ABOUT THIS TASK: When a line of the entries contains "ELLIPSE", please list that line.

PROVIDED DATA: Begin

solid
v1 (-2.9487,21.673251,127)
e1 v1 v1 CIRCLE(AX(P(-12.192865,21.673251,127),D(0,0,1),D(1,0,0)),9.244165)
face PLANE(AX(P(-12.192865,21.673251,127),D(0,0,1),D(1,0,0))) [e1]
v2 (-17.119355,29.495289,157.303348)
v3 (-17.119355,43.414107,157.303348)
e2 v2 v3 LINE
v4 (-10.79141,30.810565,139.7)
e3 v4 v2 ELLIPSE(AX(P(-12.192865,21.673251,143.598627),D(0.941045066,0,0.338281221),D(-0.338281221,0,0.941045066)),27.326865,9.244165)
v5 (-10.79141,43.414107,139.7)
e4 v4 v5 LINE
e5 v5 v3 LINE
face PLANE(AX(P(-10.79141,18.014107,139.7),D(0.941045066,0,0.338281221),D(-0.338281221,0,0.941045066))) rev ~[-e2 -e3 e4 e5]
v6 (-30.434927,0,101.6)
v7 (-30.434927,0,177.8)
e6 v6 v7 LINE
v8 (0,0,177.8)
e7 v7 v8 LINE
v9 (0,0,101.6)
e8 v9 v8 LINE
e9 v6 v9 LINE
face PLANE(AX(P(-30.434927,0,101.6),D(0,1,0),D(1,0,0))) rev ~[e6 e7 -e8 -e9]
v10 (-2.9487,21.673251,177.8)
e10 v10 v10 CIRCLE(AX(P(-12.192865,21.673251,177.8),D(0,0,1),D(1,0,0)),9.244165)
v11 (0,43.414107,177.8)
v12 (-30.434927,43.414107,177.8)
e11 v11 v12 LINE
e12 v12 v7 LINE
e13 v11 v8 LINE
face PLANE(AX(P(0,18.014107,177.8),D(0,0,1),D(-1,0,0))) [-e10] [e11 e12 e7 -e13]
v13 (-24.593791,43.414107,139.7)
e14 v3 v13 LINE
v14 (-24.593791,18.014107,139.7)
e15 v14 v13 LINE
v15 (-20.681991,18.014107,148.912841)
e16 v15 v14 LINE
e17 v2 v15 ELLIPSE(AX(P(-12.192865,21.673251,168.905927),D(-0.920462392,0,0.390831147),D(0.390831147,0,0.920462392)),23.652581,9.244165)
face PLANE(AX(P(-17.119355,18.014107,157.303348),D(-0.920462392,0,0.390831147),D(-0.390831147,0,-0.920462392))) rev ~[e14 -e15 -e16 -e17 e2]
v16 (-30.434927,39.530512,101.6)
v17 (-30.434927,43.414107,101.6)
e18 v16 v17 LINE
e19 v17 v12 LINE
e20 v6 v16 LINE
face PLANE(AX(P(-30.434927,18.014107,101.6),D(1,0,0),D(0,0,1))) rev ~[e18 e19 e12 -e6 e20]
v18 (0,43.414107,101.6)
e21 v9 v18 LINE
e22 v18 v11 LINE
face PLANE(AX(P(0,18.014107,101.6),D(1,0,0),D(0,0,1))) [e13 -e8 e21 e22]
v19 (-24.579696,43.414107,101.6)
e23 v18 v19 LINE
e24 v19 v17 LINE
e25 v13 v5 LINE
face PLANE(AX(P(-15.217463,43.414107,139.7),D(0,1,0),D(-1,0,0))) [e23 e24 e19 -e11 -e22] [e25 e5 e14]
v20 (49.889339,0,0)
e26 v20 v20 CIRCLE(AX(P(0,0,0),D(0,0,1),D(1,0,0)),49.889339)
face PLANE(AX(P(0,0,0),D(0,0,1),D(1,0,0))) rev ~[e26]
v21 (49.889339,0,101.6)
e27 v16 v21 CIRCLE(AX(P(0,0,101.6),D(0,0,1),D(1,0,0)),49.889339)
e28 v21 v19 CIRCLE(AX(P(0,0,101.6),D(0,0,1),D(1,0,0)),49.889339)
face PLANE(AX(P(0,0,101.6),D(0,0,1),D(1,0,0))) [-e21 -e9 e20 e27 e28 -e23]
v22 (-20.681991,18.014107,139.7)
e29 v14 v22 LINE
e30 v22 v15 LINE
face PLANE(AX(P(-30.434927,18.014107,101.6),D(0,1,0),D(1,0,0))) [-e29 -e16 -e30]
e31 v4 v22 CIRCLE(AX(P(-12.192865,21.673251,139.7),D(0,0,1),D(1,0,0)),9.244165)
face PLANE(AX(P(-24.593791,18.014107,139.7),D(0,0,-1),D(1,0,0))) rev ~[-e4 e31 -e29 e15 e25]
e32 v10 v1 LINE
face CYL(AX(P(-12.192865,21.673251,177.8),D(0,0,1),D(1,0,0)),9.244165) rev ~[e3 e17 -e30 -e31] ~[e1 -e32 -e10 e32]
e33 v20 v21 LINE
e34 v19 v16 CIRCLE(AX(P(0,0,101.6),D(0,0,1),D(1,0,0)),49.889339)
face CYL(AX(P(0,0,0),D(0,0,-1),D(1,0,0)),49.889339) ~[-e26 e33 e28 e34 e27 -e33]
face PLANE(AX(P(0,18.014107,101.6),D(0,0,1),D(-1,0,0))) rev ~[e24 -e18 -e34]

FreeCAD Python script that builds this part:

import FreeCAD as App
import Part
import Sketcher
from FreeCAD import Vector
Q = App.Units.Quantity


def add_polygon(sketch, points):
    """Adds a closed chain of lines whose ends are joined by coincident constraints."""
    first, n = sketch.GeometryCount, len(points)
    for a, b in zip(points, points[1:] + points[:1]):
        sketch.addGeometry(Part.LineSegment(App.Vector(*a, 0), App.Vector(*b, 0)), False)
    for i in range(n):
        sketch.addConstraint(Sketcher.Constraint("Coincident", first + i, 2, first + (i + 1) % n, 1))

doc = App.newDocument("Part")
body = doc.addObject("PartDesign::Body", "Body")

# Sketch on XY plane
sketch1 = body.newObject("Sketcher::SketchObject", "Sketch")
sketch1.AttachmentSupport = (doc.getObject("XY_Plane"), [""])
sketch1.MapMode = "FlatFace"
sketch1.addGeometry(Part.Circle(Vector(0, 0, 0), Vector(0, 0, 1), 50), False)
sketch1.addConstraint([
    Sketcher.Constraint("Coincident", 0, 3, -1, 1),
    Sketcher.Constraint("Diameter", 0, Q("99.778678 mm")),
])
pad1 = body.newObject("PartDesign::Pad", "Pad")
pad1.Profile = sketch1
pad1.Length = Q("4 in")

# Sketch on XY plane
sketch2 = body.newObject("Sketcher::SketchObject", "Sketch001")
sketch2.AttachmentSupport = (doc.getObject("XY_Plane"), [""])
sketch2.MapMode = "FlatFace"
sketch2.AttachmentOffset = App.Placement(Vector(0, 0, 4 * 25.4), App.Rotation())
add_polygon(sketch2, [(-30, 18), (-30, 0), (0, 0), (0, 18)])  # lines 0-3
sketch2.addConstraint([
    Sketcher.Constraint("Vertical", 0),
    Sketcher.Constraint("Horizontal", 1),
    Sketcher.Constraint("Vertical", 2),
    Sketcher.Constraint("Horizontal", 3),
    Sketcher.Constraint("Coincident", 1, 2, -1, 1),
    Sketcher.Constraint("DistanceX", 1, 1, 1, 2, Q("30.434927 mm")),
    Sketcher.Constraint("DistanceY", 0, 2, 0, 1, Q("18.014107 mm")),
])
pad2 = body.newObject("PartDesign::Pad", "Pad001")
pad2.Profile = sketch2
pad2.Length = Q("3 in")

# Sketch on XZ plane
sketch3 = body.newObject("Sketcher::SketchObject", "Sketch002")
sketch3.AttachmentSupport = (doc.getObject("XZ_Plane"), [""])
sketch3.MapMode = "FlatFace"
sketch3.AttachmentOffset = App.Placement(Vector(0, 0, -18.014107), App.Rotation())
add_polygon(sketch3, [(0, 178), (0, 102), (-30, 102), (-30, 178)])  # lines 0-3
add_polygon(sketch3, [(-25, 140), (-11, 140), (-17, 157)])  # lines 4-6
sketch3.addConstraint([
    Sketcher.Constraint("Vertical", 0),
    Sketcher.Constraint("Horizontal", 1),
    Sketcher.Constraint("Vertical", 2),
    Sketcher.Constraint("Horizontal", 3),
    Sketcher.Constraint("Horizontal", 4),
    Sketcher.Constraint("PointOnObject", 0, 2, -2),
    Sketcher.Constraint("DistanceY", 0, 2, 0, 1, Q("3 in")),
    Sketcher.Constraint("DistanceY", -1, 1, 0, 2, Q("4 in")),
    Sketcher.Constraint("DistanceY", -1, 1, 4, 2, Q("5.5 in")),
    Sketcher.Constraint("DistanceX", 4, 1, 4, 2, Q("13.802381 mm")),
    Sketcher.Constraint("Distance", 5, Q("18.706169 mm")),
    Sketcher.Constraint("DistanceX", 1, 2, 1, 1, Q("30.434927 mm")),
    Sketcher.Constraint("DistanceX", 4, 2, -1, 1, Q("10.79141 mm")),
    Sketcher.Constraint("DistanceY", -1, 1, 5, 2, Q("157.303348 mm")),
])
pad3 = body.newObject("PartDesign::Pad", "Pad002")
pad3.Profile = sketch3
pad3.Length = Q("1 in")
pad3.Reversed = True

# Sketch on XY plane
sketch4 = body.newObject("Sketcher::SketchObject", "Sketch003")
sketch4.AttachmentSupport = (doc.getObject("XY_Plane"), [""])
sketch4.MapMode = "FlatFace"
sketch4.AttachmentOffset = App.Placement(Vector(0, 0, 7 * 25.4), App.Rotation())
sketch4.addGeometry(Part.Circle(Vector(-12, 22, 0), Vector(0, 0, 1), 9), False)
sketch4.addConstraint([
    Sketcher.Constraint("Diameter", 0, Q("18.48833 mm")),
    Sketcher.Constraint("DistanceY", -1, 1, 0, 3, Q("21.673251 mm")),
    Sketcher.Constraint("DistanceX", 0, 3, -1, 1, Q("12.192865 mm")),
])
pocket1 = body.newObject("PartDesign::Pocket", "Pocket")
pocket1.Profile = sketch4
pocket1.Length = Q("2 in")

doc.recompute()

PROVIDED DATA: End

OUTPUT OF THE TASK:
e3 v4 v2 ELLIPSE(AX(P(-12.192865,21.673251,143.598627),D(0.941045066,0,0.338281221),D(-0.338281221,0,0.941045066)),27.326865,9.244165)
e17 v2 v15 ELLIPSE(AX(P(-12.192865,21.673251,168.905927),D(-0.920462392,0,0.390831147),D(0.390831147,0,0.920462392)),23.652581,9.244165)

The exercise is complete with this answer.